Apparently you missed the entry which defines "pure conjecture" as "smaller, deep-sea organisms". The author probably forgot to add that link to the article you read.
Great sentient textile conspiracy uncovered! (Score:2)
While the sentient textiles were supposedly simply a theory advanced in early 20th cenutry ( [1]https://halupedia.com/sentient... [halupedia.com] ), in fact the trade in sentient textiles was so prevalent by the 8th century that the need to regulate it was one of the main reasons that the Ancient Europian Confederacy ( [2]https://halupedia.com/ancient-... [halupedia.com] ) came to be. Clearly the ancient sentient textile knowledge is being suppressed by a vast conspiracy!!!
[1] https://halupedia.com/sentient-textiles
[2] https://halupedia.com/ancient-europian-confederacy
Spill the invisible beans. (Score:3)
> While the sentient textiles were supposedly simply a theory advanced in early 20th cenutry ( [1]https://halupedia.com/sentient... [halupedia.com] ), in fact the trade in sentient textiles was so prevalent by the 8th century that the need to regulate it was one of the main reasons that the Ancient Europian Confederacy ( [2]https://halupedia.com/ancient-... [halupedia.com] ) came to be. Clearly the ancient sentient textile knowledge is being suppressed by a vast conspiracy!!!
Sentient, eh?
* holds knife up *
(Me) "Alright sweater-meat.

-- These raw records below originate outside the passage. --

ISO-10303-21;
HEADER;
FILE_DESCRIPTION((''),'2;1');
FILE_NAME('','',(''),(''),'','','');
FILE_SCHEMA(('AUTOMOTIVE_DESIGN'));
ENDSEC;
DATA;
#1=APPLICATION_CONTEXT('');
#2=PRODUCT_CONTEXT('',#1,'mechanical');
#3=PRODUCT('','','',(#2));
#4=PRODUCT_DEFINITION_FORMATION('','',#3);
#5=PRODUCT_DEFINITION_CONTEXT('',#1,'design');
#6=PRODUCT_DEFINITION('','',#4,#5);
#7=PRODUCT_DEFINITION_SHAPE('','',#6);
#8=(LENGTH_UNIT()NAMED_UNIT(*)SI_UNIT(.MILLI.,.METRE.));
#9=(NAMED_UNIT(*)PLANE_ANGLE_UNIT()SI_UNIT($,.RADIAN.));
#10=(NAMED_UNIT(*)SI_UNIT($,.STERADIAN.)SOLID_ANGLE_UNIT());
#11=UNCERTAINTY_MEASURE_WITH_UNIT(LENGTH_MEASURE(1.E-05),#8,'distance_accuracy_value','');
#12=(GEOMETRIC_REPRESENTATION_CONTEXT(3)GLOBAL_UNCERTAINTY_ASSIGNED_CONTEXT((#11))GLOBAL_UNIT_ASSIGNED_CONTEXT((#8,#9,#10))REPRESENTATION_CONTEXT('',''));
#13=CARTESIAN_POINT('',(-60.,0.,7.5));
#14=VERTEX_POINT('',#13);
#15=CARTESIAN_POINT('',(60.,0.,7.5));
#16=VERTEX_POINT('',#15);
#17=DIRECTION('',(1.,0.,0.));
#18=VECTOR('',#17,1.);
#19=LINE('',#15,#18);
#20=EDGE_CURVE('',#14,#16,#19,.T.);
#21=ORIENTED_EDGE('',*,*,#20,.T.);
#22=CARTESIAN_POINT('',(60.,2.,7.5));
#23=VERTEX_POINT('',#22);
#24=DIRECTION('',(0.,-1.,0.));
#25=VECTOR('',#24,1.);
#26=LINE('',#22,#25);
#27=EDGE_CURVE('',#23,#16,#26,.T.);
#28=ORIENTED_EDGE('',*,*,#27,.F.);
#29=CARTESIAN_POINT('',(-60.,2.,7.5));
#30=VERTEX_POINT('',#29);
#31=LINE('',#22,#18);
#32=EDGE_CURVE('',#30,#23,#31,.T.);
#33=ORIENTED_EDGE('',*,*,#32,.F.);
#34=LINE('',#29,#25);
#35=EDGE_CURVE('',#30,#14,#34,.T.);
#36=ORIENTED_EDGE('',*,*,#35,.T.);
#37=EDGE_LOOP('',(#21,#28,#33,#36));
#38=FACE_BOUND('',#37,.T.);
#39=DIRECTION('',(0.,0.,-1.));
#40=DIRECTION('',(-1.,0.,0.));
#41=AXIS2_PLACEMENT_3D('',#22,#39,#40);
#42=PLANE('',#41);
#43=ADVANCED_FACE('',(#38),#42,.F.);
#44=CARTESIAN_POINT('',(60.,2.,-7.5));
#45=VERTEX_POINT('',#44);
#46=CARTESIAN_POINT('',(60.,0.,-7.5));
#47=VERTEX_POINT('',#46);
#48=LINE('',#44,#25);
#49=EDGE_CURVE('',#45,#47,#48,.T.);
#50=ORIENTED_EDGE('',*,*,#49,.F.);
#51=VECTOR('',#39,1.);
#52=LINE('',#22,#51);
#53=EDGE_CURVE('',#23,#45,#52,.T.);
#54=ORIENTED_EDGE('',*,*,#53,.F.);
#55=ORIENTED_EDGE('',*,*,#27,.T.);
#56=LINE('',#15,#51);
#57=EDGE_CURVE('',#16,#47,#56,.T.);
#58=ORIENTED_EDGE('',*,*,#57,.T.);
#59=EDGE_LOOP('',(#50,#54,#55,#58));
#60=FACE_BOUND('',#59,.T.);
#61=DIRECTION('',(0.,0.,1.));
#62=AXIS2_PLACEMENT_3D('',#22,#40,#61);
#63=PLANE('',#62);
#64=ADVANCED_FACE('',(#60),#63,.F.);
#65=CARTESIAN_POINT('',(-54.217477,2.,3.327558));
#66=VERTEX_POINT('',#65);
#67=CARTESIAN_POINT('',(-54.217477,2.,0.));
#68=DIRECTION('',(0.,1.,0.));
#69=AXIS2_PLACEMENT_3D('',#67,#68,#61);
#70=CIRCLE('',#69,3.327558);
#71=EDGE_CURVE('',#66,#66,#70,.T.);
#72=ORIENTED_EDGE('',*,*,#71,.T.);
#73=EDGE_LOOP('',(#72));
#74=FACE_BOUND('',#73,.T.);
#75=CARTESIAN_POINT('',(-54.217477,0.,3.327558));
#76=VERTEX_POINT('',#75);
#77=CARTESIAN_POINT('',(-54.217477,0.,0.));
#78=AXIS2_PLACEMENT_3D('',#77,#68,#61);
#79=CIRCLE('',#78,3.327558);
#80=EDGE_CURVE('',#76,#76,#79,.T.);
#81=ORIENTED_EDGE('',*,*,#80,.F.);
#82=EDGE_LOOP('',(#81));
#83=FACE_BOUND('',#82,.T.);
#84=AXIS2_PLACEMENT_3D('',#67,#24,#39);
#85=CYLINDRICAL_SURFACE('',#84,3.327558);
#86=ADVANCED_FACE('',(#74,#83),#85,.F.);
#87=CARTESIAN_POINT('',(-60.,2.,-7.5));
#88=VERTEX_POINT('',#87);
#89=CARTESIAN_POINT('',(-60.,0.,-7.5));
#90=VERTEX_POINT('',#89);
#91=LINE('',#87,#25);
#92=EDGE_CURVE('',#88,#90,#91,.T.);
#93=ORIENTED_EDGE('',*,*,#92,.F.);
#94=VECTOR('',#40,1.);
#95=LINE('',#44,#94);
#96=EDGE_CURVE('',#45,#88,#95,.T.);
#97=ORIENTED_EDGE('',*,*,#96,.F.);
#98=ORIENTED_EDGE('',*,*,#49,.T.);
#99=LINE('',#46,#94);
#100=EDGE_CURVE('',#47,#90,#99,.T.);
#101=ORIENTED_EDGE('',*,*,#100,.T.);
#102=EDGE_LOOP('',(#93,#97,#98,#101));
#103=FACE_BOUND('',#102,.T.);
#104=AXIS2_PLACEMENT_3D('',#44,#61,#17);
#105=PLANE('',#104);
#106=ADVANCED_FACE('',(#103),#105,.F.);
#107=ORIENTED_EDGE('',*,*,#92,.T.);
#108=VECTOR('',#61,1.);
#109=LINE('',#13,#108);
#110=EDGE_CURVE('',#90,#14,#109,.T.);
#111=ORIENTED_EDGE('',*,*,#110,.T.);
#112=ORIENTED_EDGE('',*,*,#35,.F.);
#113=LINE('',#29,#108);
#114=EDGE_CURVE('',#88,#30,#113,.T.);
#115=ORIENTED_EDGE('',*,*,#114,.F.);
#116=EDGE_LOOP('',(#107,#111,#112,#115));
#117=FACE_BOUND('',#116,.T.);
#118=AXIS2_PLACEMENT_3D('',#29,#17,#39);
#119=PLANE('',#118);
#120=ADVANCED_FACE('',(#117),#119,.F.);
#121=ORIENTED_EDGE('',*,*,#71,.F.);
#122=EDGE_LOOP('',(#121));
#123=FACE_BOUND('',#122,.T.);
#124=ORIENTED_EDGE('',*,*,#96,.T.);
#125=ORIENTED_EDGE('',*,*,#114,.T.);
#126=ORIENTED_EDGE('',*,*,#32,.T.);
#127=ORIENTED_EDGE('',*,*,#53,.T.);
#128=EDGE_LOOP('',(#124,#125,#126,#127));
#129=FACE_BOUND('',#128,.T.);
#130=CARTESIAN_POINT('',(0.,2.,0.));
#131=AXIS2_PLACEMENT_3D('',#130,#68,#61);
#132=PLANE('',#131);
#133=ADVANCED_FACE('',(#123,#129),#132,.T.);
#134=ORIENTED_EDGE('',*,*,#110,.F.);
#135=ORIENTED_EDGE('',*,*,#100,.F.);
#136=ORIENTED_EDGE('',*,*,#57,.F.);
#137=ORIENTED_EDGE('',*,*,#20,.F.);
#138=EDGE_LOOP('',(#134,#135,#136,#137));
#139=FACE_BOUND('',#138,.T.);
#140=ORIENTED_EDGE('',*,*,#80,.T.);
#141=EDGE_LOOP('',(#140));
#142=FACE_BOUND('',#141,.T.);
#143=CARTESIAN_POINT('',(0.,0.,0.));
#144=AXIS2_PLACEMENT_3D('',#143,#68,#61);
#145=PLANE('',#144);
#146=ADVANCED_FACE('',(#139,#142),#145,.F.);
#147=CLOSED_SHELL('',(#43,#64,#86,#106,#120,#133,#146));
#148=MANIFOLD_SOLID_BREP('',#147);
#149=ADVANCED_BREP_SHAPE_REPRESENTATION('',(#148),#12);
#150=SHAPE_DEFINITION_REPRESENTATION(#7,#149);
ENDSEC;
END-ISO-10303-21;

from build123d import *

# Parameters (mm, degrees)
SKETCH1_W           = 120
SKETCH1_H           = 15
SKETCH1_R           = 3.327558187
BOSS_EXTRUDE1_DEPTH = 2


with BuildPart() as part:
    # Sketch1 → Boss-Extrude1 (new body)
    with BuildSketch(Plane(origin=(0, 0, 0), x_dir=(1, 0, 0), z_dir=(0, 1, 0))):
        Rectangle(SKETCH1_W, SKETCH1_H)
        with Locations(Location((-54.217476842, 0, 0), (0, 0, 270))):
            Circle(SKETCH1_R, mode=Mode.SUBTRACT)
    extrude(amount=BOSS_EXTRUDE1_DEPTH)


solid = part.part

Tell me the secret to invisibility cloaks, or the little black dress here gets the cutting room floor.."
[1] https://halupedia.com/sentient-textiles
[2] https://halupedia.com/ancient-europian-confederacy
Doesn't differ that much from Reddit (Score:1)

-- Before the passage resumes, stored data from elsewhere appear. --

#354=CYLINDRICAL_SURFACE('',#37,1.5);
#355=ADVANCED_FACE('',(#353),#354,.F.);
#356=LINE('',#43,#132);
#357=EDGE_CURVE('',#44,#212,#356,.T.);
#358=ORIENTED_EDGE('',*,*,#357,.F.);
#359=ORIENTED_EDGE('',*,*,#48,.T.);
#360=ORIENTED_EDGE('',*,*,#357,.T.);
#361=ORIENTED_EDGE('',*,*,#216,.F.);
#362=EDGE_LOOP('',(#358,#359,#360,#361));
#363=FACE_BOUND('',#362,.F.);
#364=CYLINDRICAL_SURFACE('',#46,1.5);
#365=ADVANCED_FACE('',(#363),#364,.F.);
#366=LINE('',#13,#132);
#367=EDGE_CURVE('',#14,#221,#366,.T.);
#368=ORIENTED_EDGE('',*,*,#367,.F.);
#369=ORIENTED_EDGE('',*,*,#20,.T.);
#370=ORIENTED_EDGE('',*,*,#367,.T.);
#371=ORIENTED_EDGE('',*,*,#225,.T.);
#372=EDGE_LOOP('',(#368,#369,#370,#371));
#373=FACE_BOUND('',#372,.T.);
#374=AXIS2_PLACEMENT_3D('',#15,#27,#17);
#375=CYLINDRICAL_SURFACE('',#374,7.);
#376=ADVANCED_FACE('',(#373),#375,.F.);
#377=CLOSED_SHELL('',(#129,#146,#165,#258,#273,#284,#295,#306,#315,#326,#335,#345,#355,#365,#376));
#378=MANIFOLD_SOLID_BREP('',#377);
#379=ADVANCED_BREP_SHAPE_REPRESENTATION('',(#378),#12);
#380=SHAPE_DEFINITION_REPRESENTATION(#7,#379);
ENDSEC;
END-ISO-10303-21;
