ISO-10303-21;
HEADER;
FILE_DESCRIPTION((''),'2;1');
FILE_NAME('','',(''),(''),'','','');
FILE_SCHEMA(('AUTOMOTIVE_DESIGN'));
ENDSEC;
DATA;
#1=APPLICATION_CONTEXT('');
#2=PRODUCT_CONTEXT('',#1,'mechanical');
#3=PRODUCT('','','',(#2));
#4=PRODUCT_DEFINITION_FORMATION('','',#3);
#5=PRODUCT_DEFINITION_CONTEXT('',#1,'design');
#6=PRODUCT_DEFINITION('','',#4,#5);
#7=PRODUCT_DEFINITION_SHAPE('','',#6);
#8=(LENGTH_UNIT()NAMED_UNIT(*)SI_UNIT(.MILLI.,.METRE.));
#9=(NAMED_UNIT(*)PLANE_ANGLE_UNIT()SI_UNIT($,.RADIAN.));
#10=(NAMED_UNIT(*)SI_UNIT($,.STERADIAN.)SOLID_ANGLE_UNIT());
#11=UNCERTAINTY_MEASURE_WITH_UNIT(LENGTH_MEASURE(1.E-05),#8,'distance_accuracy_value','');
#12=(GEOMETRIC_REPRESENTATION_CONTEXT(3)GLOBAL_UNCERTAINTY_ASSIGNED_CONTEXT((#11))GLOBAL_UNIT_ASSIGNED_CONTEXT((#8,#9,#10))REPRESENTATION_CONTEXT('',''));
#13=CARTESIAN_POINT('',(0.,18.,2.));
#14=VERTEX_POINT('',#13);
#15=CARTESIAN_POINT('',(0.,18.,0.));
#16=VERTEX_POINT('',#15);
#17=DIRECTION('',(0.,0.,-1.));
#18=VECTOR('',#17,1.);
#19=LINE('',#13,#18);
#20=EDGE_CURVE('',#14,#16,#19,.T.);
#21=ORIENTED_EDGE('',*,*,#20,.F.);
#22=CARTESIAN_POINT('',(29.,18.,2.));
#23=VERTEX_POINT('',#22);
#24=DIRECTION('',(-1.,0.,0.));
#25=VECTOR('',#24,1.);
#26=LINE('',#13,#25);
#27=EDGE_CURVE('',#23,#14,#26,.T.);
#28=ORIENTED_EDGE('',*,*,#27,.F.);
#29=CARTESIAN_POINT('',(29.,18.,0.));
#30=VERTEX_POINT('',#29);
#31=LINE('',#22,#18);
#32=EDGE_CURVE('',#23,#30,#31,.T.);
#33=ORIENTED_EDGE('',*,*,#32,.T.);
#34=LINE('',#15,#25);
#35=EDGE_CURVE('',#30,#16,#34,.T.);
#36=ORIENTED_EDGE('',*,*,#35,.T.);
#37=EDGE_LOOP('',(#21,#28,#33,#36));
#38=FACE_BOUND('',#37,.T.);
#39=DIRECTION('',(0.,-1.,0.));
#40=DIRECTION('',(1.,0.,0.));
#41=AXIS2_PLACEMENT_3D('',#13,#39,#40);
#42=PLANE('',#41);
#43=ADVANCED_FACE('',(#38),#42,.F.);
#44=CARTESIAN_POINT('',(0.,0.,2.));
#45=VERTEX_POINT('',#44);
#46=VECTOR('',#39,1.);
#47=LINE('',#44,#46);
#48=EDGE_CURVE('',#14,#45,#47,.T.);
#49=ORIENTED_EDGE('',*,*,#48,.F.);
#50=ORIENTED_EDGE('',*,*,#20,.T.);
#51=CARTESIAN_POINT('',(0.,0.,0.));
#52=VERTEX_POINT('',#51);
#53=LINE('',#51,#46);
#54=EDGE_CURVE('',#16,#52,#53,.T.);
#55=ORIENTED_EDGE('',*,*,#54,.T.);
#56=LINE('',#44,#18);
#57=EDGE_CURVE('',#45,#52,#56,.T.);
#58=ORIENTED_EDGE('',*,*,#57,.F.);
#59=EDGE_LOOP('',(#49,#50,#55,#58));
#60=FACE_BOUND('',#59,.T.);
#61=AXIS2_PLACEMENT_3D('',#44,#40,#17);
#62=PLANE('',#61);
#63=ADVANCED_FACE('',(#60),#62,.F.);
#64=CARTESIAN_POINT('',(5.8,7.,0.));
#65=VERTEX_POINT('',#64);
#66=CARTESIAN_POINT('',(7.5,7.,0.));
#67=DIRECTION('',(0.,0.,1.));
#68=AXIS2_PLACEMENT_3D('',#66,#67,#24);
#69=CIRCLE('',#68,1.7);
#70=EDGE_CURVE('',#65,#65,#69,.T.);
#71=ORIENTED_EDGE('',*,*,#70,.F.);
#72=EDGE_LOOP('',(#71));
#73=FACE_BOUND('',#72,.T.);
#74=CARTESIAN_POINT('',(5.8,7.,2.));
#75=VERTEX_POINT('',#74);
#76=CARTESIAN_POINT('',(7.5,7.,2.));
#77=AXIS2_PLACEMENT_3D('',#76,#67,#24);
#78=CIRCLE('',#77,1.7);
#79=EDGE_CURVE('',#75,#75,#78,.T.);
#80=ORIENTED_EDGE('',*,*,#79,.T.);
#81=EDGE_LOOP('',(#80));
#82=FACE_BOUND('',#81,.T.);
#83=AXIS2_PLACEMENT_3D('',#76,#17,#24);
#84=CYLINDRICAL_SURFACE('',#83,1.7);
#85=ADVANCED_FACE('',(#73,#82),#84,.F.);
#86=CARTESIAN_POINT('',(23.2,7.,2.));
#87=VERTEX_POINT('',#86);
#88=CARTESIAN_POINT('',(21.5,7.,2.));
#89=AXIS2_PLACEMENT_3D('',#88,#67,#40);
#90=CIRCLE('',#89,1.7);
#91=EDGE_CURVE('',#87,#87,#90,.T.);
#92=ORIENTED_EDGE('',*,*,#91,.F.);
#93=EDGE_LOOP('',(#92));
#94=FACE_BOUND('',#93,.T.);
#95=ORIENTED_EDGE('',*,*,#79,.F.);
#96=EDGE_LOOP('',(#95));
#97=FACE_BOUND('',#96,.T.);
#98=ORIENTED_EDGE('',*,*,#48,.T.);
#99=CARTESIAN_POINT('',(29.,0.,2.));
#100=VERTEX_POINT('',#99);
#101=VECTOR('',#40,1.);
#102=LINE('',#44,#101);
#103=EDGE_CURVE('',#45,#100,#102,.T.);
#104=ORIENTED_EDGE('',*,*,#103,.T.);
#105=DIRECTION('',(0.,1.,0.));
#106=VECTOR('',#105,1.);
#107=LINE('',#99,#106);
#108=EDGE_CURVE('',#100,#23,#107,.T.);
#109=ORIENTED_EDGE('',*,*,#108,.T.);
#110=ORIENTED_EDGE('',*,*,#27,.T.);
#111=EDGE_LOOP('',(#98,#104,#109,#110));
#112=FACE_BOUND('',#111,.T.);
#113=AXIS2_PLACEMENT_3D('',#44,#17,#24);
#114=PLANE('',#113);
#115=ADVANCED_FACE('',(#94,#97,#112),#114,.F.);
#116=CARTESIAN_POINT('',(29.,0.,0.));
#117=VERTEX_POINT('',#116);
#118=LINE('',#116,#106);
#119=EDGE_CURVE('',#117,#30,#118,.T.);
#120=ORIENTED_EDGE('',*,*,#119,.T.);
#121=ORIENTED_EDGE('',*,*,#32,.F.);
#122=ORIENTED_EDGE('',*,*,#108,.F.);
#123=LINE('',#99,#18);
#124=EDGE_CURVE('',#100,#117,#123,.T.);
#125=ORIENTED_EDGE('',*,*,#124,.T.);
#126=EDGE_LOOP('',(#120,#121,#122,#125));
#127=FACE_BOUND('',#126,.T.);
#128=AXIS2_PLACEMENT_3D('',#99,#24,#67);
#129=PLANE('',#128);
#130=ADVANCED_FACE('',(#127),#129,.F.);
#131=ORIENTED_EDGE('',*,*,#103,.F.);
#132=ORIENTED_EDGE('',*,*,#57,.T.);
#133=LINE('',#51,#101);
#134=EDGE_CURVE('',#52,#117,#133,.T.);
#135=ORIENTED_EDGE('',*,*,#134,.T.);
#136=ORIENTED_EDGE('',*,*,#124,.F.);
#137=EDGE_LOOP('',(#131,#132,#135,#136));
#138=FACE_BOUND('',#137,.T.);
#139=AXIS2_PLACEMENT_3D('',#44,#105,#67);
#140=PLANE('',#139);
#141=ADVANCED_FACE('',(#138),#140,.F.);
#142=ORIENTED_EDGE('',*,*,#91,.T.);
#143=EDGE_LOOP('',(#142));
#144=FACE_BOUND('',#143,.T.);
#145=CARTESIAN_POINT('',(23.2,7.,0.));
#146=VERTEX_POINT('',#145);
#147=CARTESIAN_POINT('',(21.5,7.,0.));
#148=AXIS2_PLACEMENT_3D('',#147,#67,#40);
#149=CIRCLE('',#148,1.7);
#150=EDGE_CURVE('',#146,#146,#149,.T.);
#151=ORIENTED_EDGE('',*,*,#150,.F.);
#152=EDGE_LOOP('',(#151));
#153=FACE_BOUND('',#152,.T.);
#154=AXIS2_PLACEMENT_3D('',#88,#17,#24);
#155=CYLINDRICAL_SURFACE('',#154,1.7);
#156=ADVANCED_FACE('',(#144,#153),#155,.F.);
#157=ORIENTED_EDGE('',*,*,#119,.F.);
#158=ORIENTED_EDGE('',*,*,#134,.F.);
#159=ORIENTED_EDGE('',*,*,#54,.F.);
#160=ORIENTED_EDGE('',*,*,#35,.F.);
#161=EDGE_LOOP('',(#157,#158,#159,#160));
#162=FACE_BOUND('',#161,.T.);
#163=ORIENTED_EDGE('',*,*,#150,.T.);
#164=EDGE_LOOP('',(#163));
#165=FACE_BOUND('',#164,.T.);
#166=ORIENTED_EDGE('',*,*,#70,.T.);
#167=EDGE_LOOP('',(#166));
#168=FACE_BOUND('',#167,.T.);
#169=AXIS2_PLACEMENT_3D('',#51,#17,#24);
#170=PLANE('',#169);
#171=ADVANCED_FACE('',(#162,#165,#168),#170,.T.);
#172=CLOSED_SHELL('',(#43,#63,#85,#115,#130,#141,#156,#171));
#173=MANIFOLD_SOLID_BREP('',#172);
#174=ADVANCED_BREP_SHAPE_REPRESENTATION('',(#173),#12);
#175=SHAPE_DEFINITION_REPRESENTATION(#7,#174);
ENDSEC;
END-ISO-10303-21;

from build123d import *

# Parameters (mm, degrees)
SKETCH_1_W      = 29
SKETCH_1_H      = 18
SKETCH_1_R      = 1.7
EXTRUDE_1_DEPTH = 2


with BuildPart() as part:
    # 草图1 → 凸台-拉伸1 (new body)
    with BuildSketch(Plane.XY):
        with Locations((14.5, 9)):
            Rectangle(SKETCH_1_W, SKETCH_1_H)
        with Locations((21.5, 7)):
            Circle(SKETCH_1_R, mode=Mode.SUBTRACT)
        with Locations(Location((7.5, 7, 0), (0, 0, 180))):
            Circle(SKETCH_1_R, mode=Mode.SUBTRACT)
    extrude(amount=EXTRUDE_1_DEPTH)


solid = part.part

with their moderator dictators allowing only information that suits their own narrow minded worldview.
Cool (Score:2)
Wonder how long before it's being used to train them...
Re: (Score:2)
Also wonder how many other examples of there are that aren't being advertised.
This is some A grade poison, but also kind of an obvious thing to do.
Re: Cool (Score:2)
Actually, that might not matter. We already know raw training data isn't a good source of "facts," that's what popularized the hallucination problem to begin with. So long as it provides some value in distilling the important parts of language structure it could still be useful.
Re: Cool (Score:2)
So the best way to poison isn't with false facts but poorly structure sentences? I'm doing my part then. BRB vibe coding the anti-grammarly.
Re: (Score:2)
> Wonder how long before it's being used to train them...
Uh, train who/what exactly? The Hallucinator behind the curtain here seems to be doing just fine imaginating it's way into existence based on TFS. What more training is needed? Like it really needs the Hunter S. Thompson module with the DMT plugin and liquid cocaine cooling.
As far as the meatsack smoothbrains "training" themselves off this drivel, probably good for stock prices that social media has some competition. It's been rather Tik or Tok for choices lately. With crippling effect.